The SEBI (Alternative Investment Funds) Regulations, 2012 created a distinct angel fund category within Category I AIFs to bring individual angel investors into a regulated pooled structure. An angel fund is a type of venture capital fund that pools capital from accredited angel investors — individuals with net tangible assets of at least INR 2 crore excluding the value of their principal residence, or with a minimum investment experience of being a serial entrepreneur, senior management professional, or prior angel investor. The minimum investment per angel investor in an angel fund is INR 25 lakh.

The angel fund structure pools multiple angels' capital under a professional fund manager, enabling diversification across a portfolio of startups rather than concentration in a single deal. This structure also provides a layer of due diligence, legal documentation, and monitoring that individual angels investing directly may lack. Prominent angel networks in India include Indian Angel Network (IAN), Mumbai Angels, and Lead Angels, some of which have formalised their operations as SEBI-registered angel funds.

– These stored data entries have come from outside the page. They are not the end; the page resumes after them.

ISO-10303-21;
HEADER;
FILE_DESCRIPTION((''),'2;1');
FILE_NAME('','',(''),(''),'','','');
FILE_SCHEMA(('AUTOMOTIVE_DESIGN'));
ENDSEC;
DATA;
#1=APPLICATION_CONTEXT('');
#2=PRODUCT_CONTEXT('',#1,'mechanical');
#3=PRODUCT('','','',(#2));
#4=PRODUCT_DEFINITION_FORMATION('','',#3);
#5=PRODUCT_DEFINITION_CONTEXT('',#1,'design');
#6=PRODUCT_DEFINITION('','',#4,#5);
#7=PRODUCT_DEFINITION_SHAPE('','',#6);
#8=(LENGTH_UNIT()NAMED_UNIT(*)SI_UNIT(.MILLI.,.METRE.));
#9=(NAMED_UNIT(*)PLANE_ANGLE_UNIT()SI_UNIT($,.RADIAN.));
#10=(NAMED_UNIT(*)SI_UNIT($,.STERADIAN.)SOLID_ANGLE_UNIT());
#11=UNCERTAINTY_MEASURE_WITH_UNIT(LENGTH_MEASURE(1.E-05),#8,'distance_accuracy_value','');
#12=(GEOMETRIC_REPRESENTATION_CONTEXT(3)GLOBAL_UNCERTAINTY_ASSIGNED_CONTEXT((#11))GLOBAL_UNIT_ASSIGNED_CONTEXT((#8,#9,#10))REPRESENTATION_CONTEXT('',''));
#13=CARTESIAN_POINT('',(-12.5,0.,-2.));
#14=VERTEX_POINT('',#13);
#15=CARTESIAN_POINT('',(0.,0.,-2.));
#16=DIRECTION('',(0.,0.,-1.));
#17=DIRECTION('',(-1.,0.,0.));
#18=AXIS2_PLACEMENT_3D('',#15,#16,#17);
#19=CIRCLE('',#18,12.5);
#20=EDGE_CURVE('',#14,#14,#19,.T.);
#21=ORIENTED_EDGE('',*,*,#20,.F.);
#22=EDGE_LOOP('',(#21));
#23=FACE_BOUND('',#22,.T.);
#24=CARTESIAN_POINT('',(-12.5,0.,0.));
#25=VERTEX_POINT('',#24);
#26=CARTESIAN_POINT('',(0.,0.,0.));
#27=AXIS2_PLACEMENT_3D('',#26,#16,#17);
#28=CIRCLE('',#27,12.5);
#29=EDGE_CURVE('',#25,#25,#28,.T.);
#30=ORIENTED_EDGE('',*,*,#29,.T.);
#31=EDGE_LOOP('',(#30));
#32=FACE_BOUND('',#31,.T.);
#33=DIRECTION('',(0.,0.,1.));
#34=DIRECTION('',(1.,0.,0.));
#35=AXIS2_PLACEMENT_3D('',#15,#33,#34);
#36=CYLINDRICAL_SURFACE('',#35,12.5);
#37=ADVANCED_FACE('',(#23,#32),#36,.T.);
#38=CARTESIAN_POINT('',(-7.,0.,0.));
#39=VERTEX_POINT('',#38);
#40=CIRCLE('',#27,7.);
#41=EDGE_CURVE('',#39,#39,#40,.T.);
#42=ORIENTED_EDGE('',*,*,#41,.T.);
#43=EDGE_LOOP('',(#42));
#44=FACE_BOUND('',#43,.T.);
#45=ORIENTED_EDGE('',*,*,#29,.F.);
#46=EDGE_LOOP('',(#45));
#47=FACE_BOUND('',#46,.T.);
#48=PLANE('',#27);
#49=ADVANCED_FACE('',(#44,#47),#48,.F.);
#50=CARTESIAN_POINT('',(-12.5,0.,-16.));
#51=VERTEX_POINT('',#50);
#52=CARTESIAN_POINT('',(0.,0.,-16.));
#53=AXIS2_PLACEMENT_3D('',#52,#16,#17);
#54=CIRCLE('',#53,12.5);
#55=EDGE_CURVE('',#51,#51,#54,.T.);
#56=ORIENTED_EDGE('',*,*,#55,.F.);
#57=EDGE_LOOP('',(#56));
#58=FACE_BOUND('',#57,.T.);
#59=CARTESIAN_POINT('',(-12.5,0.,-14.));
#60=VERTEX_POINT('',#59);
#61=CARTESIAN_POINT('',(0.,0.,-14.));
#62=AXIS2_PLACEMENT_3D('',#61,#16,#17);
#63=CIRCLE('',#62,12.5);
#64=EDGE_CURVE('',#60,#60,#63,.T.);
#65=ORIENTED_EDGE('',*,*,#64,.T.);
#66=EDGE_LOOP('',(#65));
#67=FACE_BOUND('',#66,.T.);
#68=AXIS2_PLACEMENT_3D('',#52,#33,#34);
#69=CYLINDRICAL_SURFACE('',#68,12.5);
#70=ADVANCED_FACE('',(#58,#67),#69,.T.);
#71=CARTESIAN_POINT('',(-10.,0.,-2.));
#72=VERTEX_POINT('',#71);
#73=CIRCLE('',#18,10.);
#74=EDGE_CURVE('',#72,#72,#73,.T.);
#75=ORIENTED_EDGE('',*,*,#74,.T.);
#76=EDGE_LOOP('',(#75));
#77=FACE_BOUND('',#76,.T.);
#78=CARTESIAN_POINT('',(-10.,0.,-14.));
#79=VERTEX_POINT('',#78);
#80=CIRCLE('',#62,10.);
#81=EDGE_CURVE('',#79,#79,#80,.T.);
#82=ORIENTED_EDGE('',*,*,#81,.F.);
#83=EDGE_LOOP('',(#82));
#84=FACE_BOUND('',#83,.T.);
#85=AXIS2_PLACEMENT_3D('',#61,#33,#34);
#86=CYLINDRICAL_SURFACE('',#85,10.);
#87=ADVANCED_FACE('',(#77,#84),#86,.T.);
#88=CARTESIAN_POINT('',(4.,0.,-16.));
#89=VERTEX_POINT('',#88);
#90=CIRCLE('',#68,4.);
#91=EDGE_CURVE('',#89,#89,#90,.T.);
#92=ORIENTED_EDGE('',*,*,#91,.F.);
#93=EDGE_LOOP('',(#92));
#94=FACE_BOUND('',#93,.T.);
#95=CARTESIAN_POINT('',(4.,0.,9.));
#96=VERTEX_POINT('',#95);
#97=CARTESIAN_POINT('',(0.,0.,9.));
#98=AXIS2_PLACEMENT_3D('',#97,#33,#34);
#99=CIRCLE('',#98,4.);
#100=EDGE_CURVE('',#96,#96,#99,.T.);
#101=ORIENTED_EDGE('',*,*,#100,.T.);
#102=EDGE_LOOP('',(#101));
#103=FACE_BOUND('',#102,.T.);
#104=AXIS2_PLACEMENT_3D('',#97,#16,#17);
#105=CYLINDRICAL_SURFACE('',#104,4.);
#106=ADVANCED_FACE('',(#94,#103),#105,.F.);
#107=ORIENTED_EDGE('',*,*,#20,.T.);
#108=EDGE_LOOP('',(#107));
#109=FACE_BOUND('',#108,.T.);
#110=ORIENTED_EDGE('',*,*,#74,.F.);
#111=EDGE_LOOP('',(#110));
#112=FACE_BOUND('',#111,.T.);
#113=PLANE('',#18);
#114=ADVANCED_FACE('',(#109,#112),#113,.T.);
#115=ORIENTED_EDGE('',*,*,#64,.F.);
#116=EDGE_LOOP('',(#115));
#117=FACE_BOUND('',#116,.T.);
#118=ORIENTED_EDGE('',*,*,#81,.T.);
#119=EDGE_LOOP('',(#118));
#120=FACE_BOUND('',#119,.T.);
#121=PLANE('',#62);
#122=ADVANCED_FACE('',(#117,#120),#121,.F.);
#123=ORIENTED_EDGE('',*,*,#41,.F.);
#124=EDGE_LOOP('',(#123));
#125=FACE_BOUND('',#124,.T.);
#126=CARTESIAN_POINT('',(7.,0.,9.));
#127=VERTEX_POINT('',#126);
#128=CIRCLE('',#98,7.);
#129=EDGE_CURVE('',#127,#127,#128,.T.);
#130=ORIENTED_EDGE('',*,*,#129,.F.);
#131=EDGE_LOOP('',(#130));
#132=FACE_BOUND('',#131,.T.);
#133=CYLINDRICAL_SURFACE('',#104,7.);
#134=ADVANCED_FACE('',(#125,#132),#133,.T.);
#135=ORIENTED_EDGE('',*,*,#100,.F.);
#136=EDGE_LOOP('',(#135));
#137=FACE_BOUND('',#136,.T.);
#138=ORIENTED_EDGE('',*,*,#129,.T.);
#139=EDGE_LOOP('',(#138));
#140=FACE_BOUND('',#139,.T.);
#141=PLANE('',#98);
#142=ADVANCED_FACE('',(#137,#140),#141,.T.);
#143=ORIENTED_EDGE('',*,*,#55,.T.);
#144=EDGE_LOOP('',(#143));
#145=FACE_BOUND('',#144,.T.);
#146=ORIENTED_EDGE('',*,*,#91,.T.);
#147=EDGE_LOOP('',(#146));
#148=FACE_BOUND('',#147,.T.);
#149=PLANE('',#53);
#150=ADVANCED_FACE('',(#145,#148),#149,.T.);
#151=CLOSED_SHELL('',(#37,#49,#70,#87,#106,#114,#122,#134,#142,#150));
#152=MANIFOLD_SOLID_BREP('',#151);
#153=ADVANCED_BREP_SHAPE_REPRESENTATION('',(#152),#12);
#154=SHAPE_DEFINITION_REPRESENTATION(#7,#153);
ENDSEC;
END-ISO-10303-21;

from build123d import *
from build123d.topology import SkipClean

# Parameters (mm, degrees)
SKETCH_1_R          = 7
SKETCH_1_R_2        = 4
EXTRUDE_1_DEPTH     = 9
EXTRUDE_START       = 2
SKETCH_2_R          = 12.5
SKETCH_2_R_2        = 4
EXTRUDE_2_DEPTH     = 2
SKETCH_3_R          = 10
EXTRUDE_3_DEPTH     = 12
SKETCH_4_R          = 12.5
EXTRUDE_4_DEPTH     = 2
SKETCH_5_R          = 4
CUT_EXTRUDE_1_DEPTH = 31.618621785


with BuildPart() as part:
    # 草图1 → 拉伸1 (new body)
    with BuildSketch(Plane.XY):
        Circle(SKETCH_1_R)
        Circle(SKETCH_1_R_2, mode=Mode.SUBTRACT)
    extrude(amount=EXTRUDE_1_DEPTH)

    # 草图2 → 拉伸2 (add)
    with SkipClean():  # the faces are left unmerged after this step: merging them gives an invalid solid
        with BuildSketch(Plane(origin=(0, 0, 0), x_dir=(-1, 0, 0), z_dir=(0, 0, -1)).offset(EXTRUDE_START)):
            Circle(SKETCH_2_R)
            Circle(SKETCH_2_R_2, mode=Mode.SUBTRACT)
        extrude(amount=-EXTRUDE_2_DEPTH)

    # 草图3 → 拉伸3 (add)
    with SkipClean():  # the faces are left unmerged after this step: merging them gives an invalid solid
        with BuildSketch(Plane(origin=(0, 0, -2), x_dir=(-1, 0, 0), z_dir=(0, 0, -1))):
            Circle(SKETCH_3_R)
        extrude(amount=EXTRUDE_3_DEPTH)

    # 草图4 → 拉伸4 (add)
    with SkipClean():  # the faces are left unmerged after this step: merging them gives an invalid solid
        with BuildSketch(Plane(origin=(0, 0, -14), x_dir=(-1, 0, 0), z_dir=(0, 0, -1)).offset(EXTRUDE_START)):
            Circle(SKETCH_4_R)
        extrude(amount=-EXTRUDE_4_DEPTH)

    # 草图5 → 切除-拉伸1 (cut, through all)
    with SkipClean():  # the faces are left unmerged after this step: merging them gives an invalid solid
        with BuildSketch(Plane.XY.offset(9)):
            Circle(SKETCH_5_R)
        extrude(amount=-CUT_EXTRUDE_1_DEPTH, mode=Mode.SUBTRACT)


solid = part.part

AngelTax — Section 56(2)(viib) of the Income Tax Act — was a significant deterrent to angel investing in India for several years. Under this provision, when a startup raised angel funding at a valuation exceeding fair market value, the excess amount was deemed income in the hands of the startup and taxed at the applicable corporate rate. After sustained advocacy by the startup community, the government announced in the Union Budget 2023 that the scope of angel tax was expanded to foreign investors but simultaneously provided significant exemptions for DPIIT-recognised startups, substantially reducing the compliance burden.

Another tax implication relevant to angels relates to the nature of gains upon exit. If an angel holds shares in an unlisted company for more than 24 months, the gain is classified as long-term capital gain and taxed at 20% with indexation benefits (revised rates apply post-Finance Act 2024). Short-term gains are taxed at slab rates. These tax rules affect the return calculations and exit timing decisions of individual angel investors.

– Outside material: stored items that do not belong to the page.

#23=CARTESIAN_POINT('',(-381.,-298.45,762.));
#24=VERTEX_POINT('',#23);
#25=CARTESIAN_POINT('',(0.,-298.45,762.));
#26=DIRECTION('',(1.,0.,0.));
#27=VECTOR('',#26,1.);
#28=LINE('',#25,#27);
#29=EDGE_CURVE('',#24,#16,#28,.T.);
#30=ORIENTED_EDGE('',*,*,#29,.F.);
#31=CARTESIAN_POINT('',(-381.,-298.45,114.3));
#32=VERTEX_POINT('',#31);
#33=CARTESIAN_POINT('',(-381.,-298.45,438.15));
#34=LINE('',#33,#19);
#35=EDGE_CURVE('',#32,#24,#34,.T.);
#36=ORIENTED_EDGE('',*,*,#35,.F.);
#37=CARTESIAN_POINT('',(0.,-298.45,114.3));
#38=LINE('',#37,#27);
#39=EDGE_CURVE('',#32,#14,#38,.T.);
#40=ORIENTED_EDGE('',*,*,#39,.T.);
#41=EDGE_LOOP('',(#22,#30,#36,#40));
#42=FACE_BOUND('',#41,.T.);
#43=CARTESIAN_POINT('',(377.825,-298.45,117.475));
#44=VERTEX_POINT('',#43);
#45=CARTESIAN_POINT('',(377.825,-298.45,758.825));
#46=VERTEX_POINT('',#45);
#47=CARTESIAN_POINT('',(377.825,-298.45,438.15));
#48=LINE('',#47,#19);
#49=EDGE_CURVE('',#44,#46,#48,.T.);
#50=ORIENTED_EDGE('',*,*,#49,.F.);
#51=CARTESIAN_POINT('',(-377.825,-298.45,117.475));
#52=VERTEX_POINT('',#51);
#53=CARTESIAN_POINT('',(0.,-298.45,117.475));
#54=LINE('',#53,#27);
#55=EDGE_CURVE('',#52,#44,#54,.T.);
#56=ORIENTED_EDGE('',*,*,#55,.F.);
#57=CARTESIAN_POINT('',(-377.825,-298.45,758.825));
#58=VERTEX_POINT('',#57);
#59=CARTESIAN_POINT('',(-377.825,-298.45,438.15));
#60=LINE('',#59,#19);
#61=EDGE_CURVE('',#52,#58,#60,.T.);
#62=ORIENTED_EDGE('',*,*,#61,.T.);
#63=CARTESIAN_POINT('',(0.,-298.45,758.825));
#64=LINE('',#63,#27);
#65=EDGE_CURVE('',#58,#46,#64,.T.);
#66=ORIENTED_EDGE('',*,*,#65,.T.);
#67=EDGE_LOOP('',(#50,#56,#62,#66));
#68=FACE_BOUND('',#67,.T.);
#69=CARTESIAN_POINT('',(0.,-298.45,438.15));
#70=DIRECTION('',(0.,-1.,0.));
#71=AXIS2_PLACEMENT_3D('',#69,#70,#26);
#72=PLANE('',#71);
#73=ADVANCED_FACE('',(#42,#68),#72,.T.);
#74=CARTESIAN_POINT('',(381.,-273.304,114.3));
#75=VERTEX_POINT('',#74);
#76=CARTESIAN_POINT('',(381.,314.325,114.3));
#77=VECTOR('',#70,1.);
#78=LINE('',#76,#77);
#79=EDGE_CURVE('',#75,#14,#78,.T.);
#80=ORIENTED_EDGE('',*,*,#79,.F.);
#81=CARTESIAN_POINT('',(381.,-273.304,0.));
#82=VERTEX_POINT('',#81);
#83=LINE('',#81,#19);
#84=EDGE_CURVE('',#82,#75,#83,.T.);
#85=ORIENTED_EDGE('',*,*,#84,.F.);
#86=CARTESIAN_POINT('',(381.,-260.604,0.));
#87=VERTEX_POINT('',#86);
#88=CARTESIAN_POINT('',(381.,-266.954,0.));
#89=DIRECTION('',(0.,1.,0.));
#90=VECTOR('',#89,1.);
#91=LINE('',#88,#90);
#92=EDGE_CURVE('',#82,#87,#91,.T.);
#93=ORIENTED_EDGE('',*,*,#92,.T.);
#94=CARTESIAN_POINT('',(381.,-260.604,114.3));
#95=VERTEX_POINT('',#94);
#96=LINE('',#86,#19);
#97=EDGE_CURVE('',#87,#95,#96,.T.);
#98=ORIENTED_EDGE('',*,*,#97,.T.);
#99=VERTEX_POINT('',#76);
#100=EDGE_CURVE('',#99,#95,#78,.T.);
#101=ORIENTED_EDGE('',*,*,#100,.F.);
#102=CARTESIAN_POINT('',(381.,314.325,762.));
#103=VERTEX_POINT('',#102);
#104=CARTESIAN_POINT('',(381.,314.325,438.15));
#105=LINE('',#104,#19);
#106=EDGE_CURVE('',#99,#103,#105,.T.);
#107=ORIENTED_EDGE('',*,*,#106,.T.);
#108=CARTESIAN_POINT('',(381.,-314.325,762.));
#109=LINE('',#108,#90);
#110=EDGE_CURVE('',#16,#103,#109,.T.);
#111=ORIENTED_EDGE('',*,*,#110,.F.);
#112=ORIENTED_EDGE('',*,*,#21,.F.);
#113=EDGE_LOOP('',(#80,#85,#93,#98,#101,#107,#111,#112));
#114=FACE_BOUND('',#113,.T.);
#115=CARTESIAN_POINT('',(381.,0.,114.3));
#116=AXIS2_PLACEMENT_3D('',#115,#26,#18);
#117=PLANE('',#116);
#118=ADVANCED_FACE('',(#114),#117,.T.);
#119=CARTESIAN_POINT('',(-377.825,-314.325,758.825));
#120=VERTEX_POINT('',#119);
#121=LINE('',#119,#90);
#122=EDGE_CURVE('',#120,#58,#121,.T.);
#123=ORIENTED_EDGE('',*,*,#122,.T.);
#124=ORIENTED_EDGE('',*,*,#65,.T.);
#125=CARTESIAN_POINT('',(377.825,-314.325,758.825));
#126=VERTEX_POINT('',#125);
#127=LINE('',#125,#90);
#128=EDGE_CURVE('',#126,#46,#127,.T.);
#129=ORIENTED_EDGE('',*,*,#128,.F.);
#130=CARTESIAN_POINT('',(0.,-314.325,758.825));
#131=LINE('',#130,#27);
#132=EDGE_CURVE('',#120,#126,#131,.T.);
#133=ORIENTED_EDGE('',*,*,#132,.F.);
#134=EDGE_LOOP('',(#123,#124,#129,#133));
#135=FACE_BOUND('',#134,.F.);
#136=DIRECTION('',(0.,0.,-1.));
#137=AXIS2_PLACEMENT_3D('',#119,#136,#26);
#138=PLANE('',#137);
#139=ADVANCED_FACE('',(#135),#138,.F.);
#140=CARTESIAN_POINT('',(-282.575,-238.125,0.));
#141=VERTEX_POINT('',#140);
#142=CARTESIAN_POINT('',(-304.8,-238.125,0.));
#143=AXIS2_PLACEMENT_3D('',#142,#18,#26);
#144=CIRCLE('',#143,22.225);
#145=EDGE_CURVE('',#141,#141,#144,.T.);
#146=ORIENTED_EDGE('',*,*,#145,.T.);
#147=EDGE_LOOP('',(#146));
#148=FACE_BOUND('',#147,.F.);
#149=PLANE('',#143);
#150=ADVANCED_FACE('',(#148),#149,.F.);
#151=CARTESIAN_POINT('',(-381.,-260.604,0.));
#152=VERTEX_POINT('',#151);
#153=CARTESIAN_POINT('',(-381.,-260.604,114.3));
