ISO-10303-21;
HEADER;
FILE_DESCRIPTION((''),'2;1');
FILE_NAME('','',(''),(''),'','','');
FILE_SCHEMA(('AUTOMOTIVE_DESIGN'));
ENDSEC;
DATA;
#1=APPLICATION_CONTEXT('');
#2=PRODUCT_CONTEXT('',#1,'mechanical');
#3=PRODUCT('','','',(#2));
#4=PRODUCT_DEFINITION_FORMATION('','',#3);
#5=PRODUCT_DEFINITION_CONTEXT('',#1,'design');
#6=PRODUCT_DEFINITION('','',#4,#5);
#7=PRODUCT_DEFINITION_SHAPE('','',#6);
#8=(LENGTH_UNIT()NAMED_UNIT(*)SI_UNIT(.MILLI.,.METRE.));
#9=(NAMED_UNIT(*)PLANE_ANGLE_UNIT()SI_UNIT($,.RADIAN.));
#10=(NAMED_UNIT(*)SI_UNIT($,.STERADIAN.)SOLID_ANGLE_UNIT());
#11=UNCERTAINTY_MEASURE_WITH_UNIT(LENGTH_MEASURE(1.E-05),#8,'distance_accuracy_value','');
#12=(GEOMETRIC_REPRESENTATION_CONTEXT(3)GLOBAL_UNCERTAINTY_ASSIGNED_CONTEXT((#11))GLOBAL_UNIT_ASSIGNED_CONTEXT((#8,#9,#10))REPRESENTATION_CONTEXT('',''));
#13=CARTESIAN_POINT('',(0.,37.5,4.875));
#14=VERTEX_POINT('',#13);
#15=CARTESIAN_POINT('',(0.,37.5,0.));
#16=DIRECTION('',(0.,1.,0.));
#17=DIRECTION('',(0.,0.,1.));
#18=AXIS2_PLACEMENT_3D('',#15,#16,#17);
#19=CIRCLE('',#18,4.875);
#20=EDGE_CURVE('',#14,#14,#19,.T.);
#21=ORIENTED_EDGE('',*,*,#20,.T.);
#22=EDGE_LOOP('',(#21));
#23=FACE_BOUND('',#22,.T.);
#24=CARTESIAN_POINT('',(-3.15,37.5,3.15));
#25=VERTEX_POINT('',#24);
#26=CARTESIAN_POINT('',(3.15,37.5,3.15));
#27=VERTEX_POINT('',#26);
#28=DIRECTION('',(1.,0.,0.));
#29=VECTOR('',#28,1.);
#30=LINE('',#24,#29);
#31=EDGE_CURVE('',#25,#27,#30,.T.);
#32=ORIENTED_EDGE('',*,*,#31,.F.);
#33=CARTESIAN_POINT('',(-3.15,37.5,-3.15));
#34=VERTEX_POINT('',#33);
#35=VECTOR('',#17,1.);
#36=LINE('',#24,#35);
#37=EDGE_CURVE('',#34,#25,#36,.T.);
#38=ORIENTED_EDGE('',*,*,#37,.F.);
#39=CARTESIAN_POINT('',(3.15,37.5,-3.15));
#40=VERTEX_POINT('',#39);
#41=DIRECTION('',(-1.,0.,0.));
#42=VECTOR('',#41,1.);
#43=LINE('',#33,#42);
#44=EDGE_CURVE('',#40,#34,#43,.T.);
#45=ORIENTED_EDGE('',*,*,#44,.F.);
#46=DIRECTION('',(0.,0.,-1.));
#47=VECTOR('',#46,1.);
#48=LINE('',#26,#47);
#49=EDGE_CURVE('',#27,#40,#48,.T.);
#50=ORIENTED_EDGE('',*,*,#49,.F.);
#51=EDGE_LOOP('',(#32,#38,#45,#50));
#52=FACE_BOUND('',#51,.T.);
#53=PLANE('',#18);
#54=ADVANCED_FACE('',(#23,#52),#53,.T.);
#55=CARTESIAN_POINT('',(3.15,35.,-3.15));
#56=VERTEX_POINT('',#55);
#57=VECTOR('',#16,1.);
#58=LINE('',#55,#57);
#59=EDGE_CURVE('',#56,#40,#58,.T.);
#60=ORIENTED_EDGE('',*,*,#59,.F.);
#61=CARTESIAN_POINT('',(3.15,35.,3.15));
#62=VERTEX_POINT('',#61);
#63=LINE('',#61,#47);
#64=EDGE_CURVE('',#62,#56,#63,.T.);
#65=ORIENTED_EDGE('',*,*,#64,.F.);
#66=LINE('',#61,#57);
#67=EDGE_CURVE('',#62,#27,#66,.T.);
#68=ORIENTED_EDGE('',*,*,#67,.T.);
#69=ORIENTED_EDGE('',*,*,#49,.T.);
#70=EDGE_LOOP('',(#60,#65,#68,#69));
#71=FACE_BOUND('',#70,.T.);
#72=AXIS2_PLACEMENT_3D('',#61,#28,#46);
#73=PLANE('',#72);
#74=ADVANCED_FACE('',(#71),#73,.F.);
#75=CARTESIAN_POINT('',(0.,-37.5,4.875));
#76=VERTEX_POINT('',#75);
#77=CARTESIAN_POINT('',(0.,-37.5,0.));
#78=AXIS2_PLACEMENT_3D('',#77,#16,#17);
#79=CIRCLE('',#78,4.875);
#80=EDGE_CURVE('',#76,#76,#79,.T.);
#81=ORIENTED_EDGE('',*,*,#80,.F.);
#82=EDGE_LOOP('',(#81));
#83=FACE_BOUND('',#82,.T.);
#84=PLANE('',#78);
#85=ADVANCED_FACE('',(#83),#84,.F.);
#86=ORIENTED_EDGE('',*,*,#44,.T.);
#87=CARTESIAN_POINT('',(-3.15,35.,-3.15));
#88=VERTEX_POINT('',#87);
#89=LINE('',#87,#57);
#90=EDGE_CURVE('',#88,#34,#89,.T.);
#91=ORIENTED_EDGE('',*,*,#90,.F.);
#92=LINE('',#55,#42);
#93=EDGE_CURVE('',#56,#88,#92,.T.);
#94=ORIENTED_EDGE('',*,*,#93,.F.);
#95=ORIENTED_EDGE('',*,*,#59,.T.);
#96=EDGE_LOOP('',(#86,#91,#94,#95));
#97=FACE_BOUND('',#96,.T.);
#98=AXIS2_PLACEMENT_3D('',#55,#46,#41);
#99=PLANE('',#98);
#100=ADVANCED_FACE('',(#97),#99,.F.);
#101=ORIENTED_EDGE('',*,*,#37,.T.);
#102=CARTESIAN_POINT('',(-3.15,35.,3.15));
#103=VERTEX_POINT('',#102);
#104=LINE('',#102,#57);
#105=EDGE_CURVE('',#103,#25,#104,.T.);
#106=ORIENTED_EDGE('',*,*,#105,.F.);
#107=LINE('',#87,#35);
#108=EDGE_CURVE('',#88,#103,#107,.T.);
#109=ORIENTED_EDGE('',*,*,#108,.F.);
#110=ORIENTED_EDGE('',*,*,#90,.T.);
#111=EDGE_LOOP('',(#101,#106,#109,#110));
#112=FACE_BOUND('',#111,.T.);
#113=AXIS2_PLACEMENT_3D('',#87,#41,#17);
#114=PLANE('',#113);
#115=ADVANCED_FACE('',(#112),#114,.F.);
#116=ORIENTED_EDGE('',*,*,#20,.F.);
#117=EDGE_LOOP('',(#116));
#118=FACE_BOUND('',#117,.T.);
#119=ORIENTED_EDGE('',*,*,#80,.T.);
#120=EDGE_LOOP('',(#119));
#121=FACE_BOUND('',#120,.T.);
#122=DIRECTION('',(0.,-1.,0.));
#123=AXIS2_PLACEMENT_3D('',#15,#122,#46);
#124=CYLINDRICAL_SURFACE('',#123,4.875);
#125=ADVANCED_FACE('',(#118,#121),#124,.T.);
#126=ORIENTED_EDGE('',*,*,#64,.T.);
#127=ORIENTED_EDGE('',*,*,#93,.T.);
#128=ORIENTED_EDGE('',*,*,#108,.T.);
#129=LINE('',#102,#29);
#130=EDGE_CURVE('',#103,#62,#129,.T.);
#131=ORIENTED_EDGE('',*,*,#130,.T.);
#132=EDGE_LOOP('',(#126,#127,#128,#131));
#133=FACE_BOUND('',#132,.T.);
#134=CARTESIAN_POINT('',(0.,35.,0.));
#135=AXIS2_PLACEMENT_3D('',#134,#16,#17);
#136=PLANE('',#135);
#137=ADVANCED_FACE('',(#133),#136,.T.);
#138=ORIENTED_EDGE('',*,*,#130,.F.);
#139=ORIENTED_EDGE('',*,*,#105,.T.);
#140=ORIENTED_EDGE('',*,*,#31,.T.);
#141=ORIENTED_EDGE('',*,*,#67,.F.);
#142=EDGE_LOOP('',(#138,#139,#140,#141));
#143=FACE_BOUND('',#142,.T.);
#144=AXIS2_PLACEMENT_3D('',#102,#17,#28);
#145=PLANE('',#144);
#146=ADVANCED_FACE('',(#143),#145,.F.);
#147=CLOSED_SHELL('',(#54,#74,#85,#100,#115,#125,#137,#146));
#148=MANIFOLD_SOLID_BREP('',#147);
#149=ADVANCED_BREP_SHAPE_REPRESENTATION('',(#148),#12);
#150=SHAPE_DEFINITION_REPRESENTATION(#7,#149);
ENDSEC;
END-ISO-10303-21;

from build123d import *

# Parameters (mm, degrees)
SKETCH1_R           = 4.875
BOSS_EXTRUDE1_DEPTH = 37.5
SKETCH2_W           = 6.3
SKETCH2_H           = 6.3
BOSS_EXTRUDE2_DEPTH = 2.5
SKETCH3_W           = 6.3
SKETCH3_H           = 6.3
CUT_EXTRUDE1_DEPTH  = 5


with BuildPart() as part:
    # Sketch1 → Boss-Extrude1 (new body, symmetric)
    with BuildSketch(Plane(origin=(0, 0, 0), x_dir=(1, 0, 0), z_dir=(0, 1, 0))):
        Circle(SKETCH1_R)
    extrude(amount=BOSS_EXTRUDE1_DEPTH, both=True)

    # Sketch2 → Boss-Extrude2 (add)
    with BuildSketch(Plane(origin=(0, 37.5, 0), x_dir=(1, 0, 0), z_dir=(0, 1, 0))):
        Rectangle(SKETCH2_W, SKETCH2_H)
    extrude(amount=BOSS_EXTRUDE2_DEPTH)

    # Sketch3 → Cut-Extrude1 (cut)
    with BuildSketch(Plane(origin=(0, 40, 0), x_dir=(1, 0, 0), z_dir=(0, 1, 0))):
        Rectangle(SKETCH3_W, SKETCH3_H)
    extrude(amount=-CUT_EXTRUDE1_DEPTH, mode=Mode.SUBTRACT)


solid = part.part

From a risk perspective, angel investing is among the highest-risk investment categories. Industry data consistently shows that the majority of angel-backed startups return less than invested capital, while a small percentage of outsized winners (the so-called power law of VC returns) account for most of the portfolio return. This return distribution reinforces the importance of portfolio diversification across multiple startups and stages for anyone deploying capital in the angel asset class.

Educational only. This glossary entry is for informational purposes and does not constitute investment, tax, or legal guidance. Please consult a SEBI-registered adviser before making any investment decision.